# Room analysis before more treatments



## mtbdudex (Jan 2, 2008)

Need to do some room analysis before I proceed with any more treatments....
Rear wall in process broadband bass traps









LH side and RH side 1st reflection absorption panels
















Acoustic cloud for 2nd row 1st reflection


----------



## markus76 (Sep 13, 2008)

*Re: Can't get REW5 for Mac inputs to work*

Mike,

It would be much more effective to arrange the corner blocks like this:


----------



## mtbdudex (Jan 2, 2008)

*Re: Can't get REW5 for Mac inputs to work*



markus76 said:


> Mike,
> 
> It would be much more effective to arrange the corner blocks like this:
> 
> ...


Markus76;

Thank you for your opinion, can you give me some fact based data to justify your statement on the rear wall broadband absorber I'm in process of making?

Ok - so I hate bad karma, therefore to end on a positive note, here is a star trail picture I took last weekend:
Each is multiple 20 sec exposures stacked, taken with T1i + 15-85 lens @ 15mm, f3.5, ISO800.

North star trails (55min total exposure).....................................South star trails (45 min total exposure):
















and a 17 sec video sequence...


----------



## markus76 (Sep 13, 2008)

*Re: Can't get REW5 for Mac inputs to work*



mtbdudex said:


> Thank you for your opinion, can you give me some fact based data to justify your statement on the rear wall broadband absorber I'm in process of making?


Porous absorbers work at locations where there is sound particle velocity. Sound particle velocity at the surface of a wall is zero (maximum pressure). It has its maximum at 1/4 of the wavelength. For 40Hz this would be 2.15m (7 ft.). So the more absorption you place away from a wall the more effective it becomes at lower frequencies.

The corner blocks at the back should be floor to ceiling. Treat as many corners as you can - there are 12 of them.

Objects in the vicinity of loudspeakers cause very early reflections that have a negative impact on summing localization. Equipment racks, decoration, drum sets, coffee tables, etc. can cause very early reflections that are detrimental to sound localization.

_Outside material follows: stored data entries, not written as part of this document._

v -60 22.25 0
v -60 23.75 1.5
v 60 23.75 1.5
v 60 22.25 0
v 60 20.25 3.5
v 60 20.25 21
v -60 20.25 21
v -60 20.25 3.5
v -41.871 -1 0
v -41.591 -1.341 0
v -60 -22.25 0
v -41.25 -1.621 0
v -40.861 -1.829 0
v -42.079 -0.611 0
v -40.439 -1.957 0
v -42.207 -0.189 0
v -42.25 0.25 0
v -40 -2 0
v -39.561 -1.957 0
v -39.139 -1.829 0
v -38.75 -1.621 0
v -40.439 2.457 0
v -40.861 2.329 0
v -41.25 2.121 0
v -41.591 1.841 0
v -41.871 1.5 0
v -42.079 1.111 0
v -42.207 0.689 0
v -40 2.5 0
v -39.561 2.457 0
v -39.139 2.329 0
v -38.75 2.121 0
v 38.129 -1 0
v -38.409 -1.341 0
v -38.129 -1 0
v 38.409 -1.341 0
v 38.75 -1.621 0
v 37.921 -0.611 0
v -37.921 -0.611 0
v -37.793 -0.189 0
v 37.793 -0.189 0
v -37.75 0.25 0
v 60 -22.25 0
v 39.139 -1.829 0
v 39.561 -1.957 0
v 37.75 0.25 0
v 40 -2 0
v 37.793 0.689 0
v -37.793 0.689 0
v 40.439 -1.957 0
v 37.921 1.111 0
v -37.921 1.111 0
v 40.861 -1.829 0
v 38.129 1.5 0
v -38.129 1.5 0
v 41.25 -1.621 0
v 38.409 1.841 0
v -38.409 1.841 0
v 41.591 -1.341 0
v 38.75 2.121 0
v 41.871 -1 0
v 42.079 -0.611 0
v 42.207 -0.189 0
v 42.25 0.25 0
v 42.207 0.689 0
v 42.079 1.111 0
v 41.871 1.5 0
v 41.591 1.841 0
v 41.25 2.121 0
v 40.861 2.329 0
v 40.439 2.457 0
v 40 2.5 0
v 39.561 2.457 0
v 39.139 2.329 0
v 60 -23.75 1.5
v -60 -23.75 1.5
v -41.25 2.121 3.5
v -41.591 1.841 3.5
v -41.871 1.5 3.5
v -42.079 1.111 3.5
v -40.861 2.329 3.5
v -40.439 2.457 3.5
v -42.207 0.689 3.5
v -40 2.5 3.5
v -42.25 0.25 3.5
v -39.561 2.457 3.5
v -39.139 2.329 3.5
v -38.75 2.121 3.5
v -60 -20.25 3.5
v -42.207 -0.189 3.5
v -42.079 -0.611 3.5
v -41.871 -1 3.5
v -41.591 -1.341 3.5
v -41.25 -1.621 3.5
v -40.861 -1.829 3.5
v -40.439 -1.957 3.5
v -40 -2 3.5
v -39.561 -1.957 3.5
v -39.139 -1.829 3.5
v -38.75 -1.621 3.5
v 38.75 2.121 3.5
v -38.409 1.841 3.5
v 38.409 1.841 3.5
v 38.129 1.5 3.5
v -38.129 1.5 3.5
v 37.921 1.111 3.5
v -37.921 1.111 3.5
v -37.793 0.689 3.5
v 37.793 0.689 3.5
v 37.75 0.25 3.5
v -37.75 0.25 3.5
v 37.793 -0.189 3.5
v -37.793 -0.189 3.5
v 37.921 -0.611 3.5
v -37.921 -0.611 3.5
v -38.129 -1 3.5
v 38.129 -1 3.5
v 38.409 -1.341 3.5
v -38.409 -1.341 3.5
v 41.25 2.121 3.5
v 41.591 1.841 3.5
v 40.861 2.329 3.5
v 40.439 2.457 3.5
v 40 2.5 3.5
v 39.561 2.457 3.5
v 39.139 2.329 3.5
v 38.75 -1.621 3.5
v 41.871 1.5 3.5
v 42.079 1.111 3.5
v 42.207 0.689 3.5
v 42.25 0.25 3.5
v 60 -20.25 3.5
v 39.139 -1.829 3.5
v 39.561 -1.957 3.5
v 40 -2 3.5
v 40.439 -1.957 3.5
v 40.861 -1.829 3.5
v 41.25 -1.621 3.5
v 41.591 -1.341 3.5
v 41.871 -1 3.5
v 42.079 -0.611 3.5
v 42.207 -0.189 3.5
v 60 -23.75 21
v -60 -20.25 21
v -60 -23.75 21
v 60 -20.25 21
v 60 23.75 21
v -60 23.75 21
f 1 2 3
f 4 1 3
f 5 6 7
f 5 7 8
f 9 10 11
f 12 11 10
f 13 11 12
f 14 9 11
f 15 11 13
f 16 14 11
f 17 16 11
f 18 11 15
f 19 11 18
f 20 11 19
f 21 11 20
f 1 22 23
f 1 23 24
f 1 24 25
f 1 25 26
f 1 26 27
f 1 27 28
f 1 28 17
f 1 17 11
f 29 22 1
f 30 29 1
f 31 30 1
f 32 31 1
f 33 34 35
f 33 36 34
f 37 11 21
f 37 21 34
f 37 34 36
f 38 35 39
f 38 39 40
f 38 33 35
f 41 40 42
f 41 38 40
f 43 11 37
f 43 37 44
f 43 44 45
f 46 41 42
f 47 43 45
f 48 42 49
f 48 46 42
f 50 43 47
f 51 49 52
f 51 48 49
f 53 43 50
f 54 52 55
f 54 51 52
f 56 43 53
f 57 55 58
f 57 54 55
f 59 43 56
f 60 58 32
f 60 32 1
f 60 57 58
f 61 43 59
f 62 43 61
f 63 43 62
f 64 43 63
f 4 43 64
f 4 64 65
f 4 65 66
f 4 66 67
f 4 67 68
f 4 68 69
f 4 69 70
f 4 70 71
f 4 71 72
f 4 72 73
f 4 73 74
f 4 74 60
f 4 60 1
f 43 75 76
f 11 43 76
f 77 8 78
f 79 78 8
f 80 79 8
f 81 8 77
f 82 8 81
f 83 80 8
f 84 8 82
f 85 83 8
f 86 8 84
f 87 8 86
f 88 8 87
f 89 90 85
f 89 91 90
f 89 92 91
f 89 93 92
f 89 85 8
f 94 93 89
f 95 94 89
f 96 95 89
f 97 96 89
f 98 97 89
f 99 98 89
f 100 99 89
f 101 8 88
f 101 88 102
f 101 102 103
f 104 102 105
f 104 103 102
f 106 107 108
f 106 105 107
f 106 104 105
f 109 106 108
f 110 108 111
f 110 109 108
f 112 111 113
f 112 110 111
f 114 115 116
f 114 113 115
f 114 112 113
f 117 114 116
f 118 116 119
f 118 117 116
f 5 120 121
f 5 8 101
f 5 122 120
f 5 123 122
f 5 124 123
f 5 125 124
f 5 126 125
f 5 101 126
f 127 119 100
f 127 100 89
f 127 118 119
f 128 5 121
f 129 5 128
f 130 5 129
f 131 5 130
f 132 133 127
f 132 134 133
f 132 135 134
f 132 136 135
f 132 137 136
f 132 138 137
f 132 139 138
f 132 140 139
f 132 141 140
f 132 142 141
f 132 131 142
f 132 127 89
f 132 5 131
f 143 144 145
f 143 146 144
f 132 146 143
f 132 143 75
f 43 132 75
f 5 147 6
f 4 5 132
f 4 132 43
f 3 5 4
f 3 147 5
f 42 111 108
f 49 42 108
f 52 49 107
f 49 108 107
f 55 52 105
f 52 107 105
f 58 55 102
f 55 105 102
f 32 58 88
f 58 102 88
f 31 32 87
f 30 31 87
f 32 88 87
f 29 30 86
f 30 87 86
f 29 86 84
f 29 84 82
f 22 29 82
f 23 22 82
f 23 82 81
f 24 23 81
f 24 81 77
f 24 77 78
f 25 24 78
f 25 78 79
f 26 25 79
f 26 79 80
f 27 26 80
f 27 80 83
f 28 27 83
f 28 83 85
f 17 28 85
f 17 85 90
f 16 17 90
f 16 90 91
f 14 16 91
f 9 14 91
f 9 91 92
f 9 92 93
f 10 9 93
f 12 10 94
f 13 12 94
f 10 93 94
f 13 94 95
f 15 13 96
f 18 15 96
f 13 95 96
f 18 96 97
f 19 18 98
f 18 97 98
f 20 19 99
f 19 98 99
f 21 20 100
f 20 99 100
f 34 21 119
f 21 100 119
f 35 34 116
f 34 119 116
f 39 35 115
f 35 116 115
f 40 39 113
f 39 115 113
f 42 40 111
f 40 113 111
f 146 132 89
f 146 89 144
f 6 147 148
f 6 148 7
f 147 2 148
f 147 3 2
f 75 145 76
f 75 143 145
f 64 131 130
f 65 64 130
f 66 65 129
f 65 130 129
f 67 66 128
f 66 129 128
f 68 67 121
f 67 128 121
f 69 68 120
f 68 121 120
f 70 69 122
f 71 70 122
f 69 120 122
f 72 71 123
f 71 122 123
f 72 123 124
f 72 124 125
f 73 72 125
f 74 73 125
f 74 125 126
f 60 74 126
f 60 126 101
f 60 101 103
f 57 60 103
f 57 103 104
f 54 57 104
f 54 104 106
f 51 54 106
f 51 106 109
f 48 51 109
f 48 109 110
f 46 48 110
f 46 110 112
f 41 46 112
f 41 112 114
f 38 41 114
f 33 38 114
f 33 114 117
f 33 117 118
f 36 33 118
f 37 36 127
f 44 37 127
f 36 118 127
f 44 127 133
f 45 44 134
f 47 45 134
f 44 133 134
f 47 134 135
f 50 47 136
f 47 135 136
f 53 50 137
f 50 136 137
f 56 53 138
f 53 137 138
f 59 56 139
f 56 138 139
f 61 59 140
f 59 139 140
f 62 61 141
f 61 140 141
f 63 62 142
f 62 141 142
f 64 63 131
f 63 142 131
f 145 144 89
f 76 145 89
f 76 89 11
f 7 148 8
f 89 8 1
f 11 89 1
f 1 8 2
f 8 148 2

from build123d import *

# Parameters (mm, degrees)
SALIENTE_EXTRUIR1_DEPTH = 60
CHAFL_N1_SIZE           = 1.5
CROQUIS3_R              = 2.25
CORTAR_EXTRUIR2_DEPTH   = 4.5


with BuildPart() as part:
    # Croquis1 → Saliente-Extruir1 (new body, symmetric)
    with BuildSketch(Plane(origin=(0, 0, 0), x_dir=(0, 0, -1), z_dir=(1, 0, 0))):
        Polygon((0, -23.75), (0, 23.75), (-21, 23.75), (-21, 20.25), (-3.5, 20.25), (-3.5, -20.25), (-21, -20.25), (-21, -23.75), align=None)
    extrude(amount=SALIENTE_EXTRUIR1_DEPTH, both=True)

    # Chaflán1
    chafl_n1_edges = [part.edges().sort_by_distance(p)[0] for p in [
        (0, 23.75, 0),
        (0, -23.75, 0),
    ]]
    chamfer(chafl_n1_edges, length=CHAFL_N1_SIZE)

    # Croquis3 → Cortar-Extruir2 (cut, through all)
    with BuildSketch(Plane.XY.offset(3.5)):
        with Locations((-40, 0.25)):
            Circle(CROQUIS3_R)
        with Locations((40, 0.25)):
            Circle(CROQUIS3_R)
    extrude(amount=-CORTAR_EXTRUIR2_DEPTH, mode=Mode.SUBTRACT)


solid = part.part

Using a center speaker that is the same as the other mains is probably one of the biggest improvements in sound quality. Center speaker below (or above) the screen have two problems. a) Sound is coming from the wrong direction. b) The directivity is most likely different from the other mains so the center will sound different.


----------



## DanTheMan (Oct 12, 2009)

Markus, that's very clever. Why didn't I think of that? (don't answer that  )

Dan


----------



## markus76 (Sep 13, 2008)

Mike, when looking at your pictures, your seating seems to prevent sitting in the main listening position? Please don't get me wrong but this is like driving a Porsche 911 on a dirt road. You really should change this because sitting in the main listening position is one of the most basic requirements of any loudspeaker based sound reproduction system (with the exception of wave field synthesis). Yes, multichannel does improve the experience at other seats but localization and spatial reproduction can only be optimal at one single seat.


----------



## mtbdudex (Jan 2, 2008)

markus76 said:


> Mike, when looking at your pictures, your seating seems to prevent sitting in the main listening position? Please don't get me wrong but this is like driving a Porsche 911 on a dirt road. You really should change this because sitting in the main listening position is one of the most basic requirements of any loudspeaker based sound reproduction system (with the exception of wave field synthesis). Yes, multichannel does improve the experience at other seats but localization and spatial reproduction can only be optimal at one single seat.


Markus - here is my HT layout:









I do appreciat people sharing their experiences, that is how a community learns.

There is a balance to treatments vs the room space aestics, I did understand why you stated "turning the bass traps", however that won't work in my space due to physical interfence with the 2nd row seats.

I'm not trying to dial in any 1 seat location, rather compromise and make all the seats "decent", that's what a HT is for. 
If a listening room, then there would be different goals/objectives.

I consider the 2nd row over the 1st row for primary seating, due to the 2nd row has HT seats while the 1st row is still my old getto-looking couch....seems something in the home always gets priority for $k over getting a 1st row HT seat. Still, I'm taking care of 1st row seating acoustics also. 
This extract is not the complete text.